» **Activity**:
When the line containing "v -9.525 8.774 491.149" is reached, include it and end there; set down verbatim every line before it, starting at the top of the records.

────────

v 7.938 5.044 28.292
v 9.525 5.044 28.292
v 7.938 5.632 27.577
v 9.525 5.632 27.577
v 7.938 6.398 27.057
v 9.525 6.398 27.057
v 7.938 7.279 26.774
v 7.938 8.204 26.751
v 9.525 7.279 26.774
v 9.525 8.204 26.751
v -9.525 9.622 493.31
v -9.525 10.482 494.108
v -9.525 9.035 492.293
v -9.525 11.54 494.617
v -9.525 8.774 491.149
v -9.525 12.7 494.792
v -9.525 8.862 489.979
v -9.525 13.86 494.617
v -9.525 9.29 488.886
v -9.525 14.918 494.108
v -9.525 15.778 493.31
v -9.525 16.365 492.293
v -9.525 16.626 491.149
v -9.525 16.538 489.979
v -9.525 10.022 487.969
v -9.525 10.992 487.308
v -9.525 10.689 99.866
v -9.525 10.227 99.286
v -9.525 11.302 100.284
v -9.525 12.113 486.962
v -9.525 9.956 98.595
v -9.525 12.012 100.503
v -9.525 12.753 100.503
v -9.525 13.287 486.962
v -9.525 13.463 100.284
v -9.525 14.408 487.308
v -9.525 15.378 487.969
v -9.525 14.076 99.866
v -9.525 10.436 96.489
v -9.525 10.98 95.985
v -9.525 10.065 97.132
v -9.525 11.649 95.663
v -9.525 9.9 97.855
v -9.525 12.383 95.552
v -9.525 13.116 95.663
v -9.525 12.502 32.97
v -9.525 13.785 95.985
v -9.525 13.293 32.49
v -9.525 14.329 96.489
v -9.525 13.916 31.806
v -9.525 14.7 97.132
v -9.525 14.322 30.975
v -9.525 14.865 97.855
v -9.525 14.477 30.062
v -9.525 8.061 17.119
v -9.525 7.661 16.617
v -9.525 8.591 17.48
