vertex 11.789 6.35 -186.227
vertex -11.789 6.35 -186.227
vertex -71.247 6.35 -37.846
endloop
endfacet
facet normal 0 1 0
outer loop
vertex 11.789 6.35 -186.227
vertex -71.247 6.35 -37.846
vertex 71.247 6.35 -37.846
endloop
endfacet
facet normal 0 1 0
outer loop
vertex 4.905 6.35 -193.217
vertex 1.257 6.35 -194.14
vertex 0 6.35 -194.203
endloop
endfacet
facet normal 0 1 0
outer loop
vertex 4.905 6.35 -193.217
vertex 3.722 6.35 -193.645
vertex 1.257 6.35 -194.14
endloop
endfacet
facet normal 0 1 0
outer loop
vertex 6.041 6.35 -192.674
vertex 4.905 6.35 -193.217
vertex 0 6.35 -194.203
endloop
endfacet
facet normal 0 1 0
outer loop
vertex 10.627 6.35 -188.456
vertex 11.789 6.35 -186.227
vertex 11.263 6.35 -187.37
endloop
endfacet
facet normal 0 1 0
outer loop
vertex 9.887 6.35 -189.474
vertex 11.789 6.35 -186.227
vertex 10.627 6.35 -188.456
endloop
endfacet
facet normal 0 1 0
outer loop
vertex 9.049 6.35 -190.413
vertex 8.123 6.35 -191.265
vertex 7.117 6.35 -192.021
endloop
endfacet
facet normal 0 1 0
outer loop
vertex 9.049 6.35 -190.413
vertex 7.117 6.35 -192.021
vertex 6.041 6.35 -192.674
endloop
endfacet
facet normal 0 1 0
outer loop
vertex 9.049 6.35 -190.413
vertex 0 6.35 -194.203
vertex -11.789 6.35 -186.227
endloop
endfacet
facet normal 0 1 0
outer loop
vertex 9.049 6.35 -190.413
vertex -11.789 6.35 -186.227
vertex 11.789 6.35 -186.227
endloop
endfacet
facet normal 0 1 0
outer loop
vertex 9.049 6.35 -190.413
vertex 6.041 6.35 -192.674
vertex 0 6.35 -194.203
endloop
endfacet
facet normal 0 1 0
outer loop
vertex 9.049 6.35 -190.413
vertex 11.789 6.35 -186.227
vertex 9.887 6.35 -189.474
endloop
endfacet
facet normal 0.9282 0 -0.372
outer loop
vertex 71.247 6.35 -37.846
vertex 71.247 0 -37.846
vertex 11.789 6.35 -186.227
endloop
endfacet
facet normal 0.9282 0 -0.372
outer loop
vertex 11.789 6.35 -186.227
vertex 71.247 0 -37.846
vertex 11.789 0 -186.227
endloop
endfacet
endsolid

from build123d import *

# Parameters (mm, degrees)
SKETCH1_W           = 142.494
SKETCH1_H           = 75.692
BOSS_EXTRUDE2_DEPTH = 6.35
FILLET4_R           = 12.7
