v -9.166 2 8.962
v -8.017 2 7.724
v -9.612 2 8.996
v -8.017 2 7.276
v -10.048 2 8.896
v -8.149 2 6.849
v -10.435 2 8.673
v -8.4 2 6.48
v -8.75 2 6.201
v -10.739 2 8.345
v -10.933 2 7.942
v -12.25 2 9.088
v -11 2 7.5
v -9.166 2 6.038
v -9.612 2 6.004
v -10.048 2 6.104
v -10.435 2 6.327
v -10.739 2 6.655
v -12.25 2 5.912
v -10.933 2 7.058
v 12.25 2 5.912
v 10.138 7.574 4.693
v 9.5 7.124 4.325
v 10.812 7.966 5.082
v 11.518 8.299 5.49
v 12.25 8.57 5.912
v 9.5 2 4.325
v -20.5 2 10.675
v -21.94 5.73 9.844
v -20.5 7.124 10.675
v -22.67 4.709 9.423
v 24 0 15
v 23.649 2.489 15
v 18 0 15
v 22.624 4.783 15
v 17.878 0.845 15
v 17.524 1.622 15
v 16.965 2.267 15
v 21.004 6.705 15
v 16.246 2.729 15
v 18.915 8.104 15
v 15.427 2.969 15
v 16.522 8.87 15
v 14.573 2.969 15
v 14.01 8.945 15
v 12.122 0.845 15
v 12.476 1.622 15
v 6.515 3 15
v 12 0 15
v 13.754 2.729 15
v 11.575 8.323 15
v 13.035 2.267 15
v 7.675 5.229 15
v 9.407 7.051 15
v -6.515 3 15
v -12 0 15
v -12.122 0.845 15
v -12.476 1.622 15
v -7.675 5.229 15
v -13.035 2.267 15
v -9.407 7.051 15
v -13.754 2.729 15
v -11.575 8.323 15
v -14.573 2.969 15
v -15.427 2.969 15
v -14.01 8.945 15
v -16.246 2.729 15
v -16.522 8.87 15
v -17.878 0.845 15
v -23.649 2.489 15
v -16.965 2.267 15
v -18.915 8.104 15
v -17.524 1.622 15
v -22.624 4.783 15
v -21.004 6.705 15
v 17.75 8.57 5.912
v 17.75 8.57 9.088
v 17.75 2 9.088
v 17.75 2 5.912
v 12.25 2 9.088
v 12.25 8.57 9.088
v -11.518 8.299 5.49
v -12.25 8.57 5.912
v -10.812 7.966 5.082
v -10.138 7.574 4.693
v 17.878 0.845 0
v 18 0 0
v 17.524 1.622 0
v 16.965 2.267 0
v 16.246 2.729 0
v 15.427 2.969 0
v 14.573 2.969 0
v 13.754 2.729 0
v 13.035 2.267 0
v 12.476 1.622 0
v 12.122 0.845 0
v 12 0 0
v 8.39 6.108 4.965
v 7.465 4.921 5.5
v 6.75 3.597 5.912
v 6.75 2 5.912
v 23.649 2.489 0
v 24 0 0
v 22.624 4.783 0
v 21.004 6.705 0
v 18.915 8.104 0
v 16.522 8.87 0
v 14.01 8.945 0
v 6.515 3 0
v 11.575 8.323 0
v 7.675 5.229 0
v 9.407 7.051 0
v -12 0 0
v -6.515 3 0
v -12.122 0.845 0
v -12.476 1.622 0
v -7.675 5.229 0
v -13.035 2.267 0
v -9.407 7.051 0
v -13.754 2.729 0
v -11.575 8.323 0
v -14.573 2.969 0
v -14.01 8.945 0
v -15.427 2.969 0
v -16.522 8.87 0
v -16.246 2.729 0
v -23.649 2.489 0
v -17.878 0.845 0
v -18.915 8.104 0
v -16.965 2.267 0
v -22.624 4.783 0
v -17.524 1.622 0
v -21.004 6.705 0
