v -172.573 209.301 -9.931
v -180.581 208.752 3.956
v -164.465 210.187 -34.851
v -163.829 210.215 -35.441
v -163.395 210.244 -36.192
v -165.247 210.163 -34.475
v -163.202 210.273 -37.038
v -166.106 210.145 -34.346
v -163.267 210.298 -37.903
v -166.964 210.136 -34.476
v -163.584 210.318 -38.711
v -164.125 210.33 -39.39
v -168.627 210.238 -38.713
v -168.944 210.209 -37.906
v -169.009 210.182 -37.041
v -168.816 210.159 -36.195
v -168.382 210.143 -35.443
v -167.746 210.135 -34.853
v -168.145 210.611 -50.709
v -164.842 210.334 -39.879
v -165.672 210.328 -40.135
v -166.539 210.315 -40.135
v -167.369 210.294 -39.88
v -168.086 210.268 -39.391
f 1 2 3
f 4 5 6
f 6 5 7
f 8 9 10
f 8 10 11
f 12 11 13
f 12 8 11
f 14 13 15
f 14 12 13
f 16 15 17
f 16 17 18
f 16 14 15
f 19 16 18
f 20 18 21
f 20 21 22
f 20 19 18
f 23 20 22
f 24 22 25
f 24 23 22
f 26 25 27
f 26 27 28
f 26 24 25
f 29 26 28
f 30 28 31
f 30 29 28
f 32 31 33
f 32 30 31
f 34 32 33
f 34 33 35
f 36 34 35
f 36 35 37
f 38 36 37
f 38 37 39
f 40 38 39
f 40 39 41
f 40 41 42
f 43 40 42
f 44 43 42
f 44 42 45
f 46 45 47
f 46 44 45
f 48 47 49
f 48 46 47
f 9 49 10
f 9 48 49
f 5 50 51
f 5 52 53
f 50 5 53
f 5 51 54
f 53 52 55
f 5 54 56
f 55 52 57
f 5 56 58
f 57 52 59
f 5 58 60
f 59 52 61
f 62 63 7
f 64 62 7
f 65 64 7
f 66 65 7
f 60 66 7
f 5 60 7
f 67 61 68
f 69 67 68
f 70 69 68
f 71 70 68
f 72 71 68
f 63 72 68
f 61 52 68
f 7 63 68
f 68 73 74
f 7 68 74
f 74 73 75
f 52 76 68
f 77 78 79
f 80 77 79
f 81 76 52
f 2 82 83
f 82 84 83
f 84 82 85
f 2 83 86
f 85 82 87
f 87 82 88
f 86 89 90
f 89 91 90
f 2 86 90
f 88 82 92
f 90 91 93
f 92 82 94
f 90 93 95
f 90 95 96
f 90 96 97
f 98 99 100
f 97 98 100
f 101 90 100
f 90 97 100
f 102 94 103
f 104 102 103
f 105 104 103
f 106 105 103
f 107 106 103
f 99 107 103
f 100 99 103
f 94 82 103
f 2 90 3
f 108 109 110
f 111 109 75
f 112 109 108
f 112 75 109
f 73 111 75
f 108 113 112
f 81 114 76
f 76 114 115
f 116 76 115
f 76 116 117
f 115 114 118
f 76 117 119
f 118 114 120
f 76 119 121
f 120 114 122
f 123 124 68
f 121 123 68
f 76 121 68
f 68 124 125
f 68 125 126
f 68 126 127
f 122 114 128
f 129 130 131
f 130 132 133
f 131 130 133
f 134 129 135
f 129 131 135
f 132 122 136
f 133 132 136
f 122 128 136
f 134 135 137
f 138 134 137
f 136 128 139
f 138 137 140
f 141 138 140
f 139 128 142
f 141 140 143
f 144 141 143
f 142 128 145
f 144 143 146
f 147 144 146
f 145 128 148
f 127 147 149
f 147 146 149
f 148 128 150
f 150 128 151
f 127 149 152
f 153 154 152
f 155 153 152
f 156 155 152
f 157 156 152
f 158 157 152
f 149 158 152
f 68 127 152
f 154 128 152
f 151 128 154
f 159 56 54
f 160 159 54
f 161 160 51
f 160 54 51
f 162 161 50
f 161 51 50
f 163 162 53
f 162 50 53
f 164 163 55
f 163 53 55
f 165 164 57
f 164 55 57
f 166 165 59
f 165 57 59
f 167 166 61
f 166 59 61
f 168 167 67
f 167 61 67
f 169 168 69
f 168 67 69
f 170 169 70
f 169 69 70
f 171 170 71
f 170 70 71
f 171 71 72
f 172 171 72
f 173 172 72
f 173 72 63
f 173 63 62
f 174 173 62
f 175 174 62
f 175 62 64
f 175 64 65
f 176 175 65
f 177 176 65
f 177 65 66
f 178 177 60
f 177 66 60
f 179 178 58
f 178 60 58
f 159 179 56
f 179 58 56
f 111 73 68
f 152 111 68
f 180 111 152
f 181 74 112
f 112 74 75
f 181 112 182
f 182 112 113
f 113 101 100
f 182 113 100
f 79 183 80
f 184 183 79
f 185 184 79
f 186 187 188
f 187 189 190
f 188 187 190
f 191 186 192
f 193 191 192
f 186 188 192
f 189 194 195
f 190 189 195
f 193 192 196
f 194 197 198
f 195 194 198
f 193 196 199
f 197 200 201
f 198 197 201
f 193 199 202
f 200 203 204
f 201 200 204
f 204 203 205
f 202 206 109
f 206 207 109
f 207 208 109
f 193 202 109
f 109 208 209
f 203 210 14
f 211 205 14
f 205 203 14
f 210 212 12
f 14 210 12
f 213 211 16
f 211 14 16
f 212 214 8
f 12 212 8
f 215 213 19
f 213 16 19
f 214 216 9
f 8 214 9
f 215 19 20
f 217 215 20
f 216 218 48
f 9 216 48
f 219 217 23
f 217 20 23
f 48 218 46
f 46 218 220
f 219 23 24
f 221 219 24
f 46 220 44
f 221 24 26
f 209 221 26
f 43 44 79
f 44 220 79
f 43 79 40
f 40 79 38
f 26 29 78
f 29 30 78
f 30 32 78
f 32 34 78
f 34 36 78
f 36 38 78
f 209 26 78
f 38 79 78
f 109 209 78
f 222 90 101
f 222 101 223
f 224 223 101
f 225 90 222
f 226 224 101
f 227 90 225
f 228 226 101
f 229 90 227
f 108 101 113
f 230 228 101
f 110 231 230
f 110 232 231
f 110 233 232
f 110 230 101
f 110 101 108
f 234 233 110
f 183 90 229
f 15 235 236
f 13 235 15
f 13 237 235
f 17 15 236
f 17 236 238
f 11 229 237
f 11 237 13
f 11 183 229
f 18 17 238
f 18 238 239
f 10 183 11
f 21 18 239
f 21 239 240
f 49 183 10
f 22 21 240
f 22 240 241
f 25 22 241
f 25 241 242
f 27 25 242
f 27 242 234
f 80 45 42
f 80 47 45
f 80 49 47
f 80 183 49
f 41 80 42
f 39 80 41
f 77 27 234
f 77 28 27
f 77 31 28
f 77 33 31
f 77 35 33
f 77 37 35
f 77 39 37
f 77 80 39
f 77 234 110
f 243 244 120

────────

» **Answer space**:
v 7.938 5.044 28.292
v 9.525 5.044 28.292
v 7.938 5.632 27.577
v 9.525 5.632 27.577
v 7.938 6.398 27.057
v 9.525 6.398 27.057
v 7.938 7.279 26.774
v 7.938 8.204 26.751
v 9.525 7.279 26.774
v 9.525 8.204 26.751
v -9.525 9.622 493.31
v -9.525 10.482 494.108
v -9.525 9.035 492.293
v -9.525 11.54 494.617
v -9.525 8.774 491.149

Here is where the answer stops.